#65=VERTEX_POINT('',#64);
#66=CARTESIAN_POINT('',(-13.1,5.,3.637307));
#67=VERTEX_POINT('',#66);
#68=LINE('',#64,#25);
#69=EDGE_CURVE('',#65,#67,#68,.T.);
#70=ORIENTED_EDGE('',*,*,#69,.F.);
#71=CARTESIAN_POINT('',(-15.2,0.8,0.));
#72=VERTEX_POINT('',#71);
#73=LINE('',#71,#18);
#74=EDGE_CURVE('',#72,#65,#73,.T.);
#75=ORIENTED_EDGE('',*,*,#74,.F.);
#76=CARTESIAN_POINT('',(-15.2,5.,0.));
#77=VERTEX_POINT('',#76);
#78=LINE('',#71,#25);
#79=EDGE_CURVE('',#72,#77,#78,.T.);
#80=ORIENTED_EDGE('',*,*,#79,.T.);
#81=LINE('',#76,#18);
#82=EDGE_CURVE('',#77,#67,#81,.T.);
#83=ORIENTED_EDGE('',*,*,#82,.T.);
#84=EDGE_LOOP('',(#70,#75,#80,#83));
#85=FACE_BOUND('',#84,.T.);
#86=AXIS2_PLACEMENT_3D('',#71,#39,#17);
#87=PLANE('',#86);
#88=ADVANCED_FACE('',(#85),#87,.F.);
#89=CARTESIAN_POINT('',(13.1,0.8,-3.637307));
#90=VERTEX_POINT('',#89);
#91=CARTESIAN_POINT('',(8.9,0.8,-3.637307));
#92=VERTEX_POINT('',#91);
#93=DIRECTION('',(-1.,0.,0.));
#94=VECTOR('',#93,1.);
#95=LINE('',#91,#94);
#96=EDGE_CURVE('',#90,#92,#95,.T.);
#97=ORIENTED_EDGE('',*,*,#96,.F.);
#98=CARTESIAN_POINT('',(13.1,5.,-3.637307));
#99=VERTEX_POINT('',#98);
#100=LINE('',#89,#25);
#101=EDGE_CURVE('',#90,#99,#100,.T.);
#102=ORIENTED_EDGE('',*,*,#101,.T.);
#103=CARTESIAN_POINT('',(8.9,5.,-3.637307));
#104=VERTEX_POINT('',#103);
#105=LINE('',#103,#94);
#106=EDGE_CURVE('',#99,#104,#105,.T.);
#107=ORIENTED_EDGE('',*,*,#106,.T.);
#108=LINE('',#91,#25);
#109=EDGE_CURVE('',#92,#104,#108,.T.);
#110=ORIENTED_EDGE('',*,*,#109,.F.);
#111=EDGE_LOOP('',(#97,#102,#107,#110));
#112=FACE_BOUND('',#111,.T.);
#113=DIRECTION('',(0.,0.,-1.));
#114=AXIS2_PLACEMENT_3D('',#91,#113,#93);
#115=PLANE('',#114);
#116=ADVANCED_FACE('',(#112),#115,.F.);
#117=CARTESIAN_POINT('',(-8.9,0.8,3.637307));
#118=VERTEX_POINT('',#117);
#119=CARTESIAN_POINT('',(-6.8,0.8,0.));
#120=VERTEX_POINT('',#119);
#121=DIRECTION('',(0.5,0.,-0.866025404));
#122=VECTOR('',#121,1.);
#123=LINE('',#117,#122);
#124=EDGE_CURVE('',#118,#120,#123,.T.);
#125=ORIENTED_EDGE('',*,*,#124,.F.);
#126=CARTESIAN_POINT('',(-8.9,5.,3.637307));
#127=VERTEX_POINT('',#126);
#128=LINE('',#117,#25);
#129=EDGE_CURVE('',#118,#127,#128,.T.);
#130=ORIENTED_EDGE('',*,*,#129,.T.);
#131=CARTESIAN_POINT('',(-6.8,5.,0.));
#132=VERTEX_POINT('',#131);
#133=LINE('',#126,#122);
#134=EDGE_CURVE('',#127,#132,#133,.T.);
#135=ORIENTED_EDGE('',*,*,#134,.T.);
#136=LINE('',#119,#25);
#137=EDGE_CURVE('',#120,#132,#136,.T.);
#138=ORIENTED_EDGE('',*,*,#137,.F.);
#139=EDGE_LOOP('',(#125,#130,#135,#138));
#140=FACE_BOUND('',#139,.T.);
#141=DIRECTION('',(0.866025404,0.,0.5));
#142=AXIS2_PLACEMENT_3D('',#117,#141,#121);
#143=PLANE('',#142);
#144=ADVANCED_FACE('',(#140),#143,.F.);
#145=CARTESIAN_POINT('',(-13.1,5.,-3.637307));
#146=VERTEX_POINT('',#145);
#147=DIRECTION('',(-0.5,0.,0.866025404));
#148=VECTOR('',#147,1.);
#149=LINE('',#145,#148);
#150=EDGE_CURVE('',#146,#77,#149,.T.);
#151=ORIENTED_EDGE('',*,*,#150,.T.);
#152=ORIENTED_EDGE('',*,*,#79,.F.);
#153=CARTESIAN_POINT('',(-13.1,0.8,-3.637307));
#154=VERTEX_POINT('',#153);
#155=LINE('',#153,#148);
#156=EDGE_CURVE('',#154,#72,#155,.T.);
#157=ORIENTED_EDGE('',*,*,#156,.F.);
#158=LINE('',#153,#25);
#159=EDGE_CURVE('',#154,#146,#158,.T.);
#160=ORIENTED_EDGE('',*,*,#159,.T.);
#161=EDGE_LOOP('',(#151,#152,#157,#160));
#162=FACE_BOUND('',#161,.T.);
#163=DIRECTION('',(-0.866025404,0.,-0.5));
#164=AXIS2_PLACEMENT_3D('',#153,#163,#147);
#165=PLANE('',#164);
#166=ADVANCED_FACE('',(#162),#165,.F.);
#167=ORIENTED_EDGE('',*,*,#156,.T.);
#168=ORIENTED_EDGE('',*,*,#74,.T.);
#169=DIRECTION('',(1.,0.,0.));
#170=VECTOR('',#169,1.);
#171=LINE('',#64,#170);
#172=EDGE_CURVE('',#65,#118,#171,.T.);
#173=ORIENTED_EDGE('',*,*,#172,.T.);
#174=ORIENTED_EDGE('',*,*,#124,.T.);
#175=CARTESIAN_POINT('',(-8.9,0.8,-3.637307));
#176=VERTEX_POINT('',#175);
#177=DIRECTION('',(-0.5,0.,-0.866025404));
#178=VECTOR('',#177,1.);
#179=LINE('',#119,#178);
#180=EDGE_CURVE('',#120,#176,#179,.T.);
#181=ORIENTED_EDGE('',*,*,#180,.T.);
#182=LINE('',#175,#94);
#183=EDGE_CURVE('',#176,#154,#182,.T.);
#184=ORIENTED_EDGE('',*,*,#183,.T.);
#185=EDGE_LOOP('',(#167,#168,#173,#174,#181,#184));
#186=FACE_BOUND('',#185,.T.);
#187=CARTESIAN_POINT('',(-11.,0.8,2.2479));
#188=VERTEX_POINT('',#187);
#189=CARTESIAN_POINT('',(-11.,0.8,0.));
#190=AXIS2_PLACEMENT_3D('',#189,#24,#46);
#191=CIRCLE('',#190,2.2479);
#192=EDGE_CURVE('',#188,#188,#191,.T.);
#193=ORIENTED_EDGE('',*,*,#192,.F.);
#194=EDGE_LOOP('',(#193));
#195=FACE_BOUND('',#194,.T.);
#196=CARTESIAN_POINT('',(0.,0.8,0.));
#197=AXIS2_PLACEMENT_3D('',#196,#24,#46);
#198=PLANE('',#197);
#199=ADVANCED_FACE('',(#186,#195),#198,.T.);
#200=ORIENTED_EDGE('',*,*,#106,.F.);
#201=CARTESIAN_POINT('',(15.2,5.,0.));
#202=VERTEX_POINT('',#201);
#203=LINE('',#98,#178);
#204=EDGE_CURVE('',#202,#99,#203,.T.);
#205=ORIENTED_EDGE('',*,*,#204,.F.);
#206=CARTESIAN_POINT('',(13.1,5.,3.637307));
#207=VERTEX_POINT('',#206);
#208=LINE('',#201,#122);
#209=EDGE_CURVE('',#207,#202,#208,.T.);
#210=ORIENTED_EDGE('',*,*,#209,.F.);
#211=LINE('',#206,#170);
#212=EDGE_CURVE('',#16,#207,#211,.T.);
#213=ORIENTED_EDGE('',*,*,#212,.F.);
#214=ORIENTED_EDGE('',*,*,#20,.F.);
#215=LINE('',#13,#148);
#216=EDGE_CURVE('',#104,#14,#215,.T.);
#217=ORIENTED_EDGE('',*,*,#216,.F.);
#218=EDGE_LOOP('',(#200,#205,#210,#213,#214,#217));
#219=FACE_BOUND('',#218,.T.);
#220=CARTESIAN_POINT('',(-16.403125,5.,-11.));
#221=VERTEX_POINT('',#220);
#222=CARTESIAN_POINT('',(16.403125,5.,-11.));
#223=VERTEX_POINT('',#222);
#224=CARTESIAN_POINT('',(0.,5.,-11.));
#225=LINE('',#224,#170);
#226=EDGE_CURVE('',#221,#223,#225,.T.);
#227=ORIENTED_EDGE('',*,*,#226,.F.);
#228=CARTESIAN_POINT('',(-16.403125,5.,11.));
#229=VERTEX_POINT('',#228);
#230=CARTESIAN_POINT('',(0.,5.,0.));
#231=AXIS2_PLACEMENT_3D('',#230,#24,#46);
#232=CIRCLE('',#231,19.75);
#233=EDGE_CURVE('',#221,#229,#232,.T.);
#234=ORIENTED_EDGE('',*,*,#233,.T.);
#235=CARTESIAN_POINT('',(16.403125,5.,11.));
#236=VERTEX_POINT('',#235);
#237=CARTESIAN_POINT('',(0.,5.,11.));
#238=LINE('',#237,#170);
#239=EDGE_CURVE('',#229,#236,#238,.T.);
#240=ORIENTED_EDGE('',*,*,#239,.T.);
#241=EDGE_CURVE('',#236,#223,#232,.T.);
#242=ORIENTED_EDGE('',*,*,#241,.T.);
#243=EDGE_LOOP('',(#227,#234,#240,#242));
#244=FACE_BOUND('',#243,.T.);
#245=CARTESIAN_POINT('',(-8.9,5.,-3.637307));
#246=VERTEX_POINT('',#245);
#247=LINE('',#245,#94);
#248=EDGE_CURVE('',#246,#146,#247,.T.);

===============

■ WHAT THE EXERCISE ASKS
Lines from the first one above through the line containing "#71=CARTESIAN_POINT('',(-15.2,0.8,0.));" are to be retyped exactly, both included, and nothing more.

■ RESPONSE TO THIS TASK
#65=VERTEX_POINT('',#64);
#66=CARTESIAN_POINT('',(-13.1,5.,3.637307));
#67=VERTEX_POINT('',#66);
#68=LINE('',#64,#25);
#69=EDGE_CURVE('',#65,#67,#68,.T.);
#70=ORIENTED_EDGE('',*,*,#69,.F.);
#71=CARTESIAN_POINT('',(-15.2,0.8,0.));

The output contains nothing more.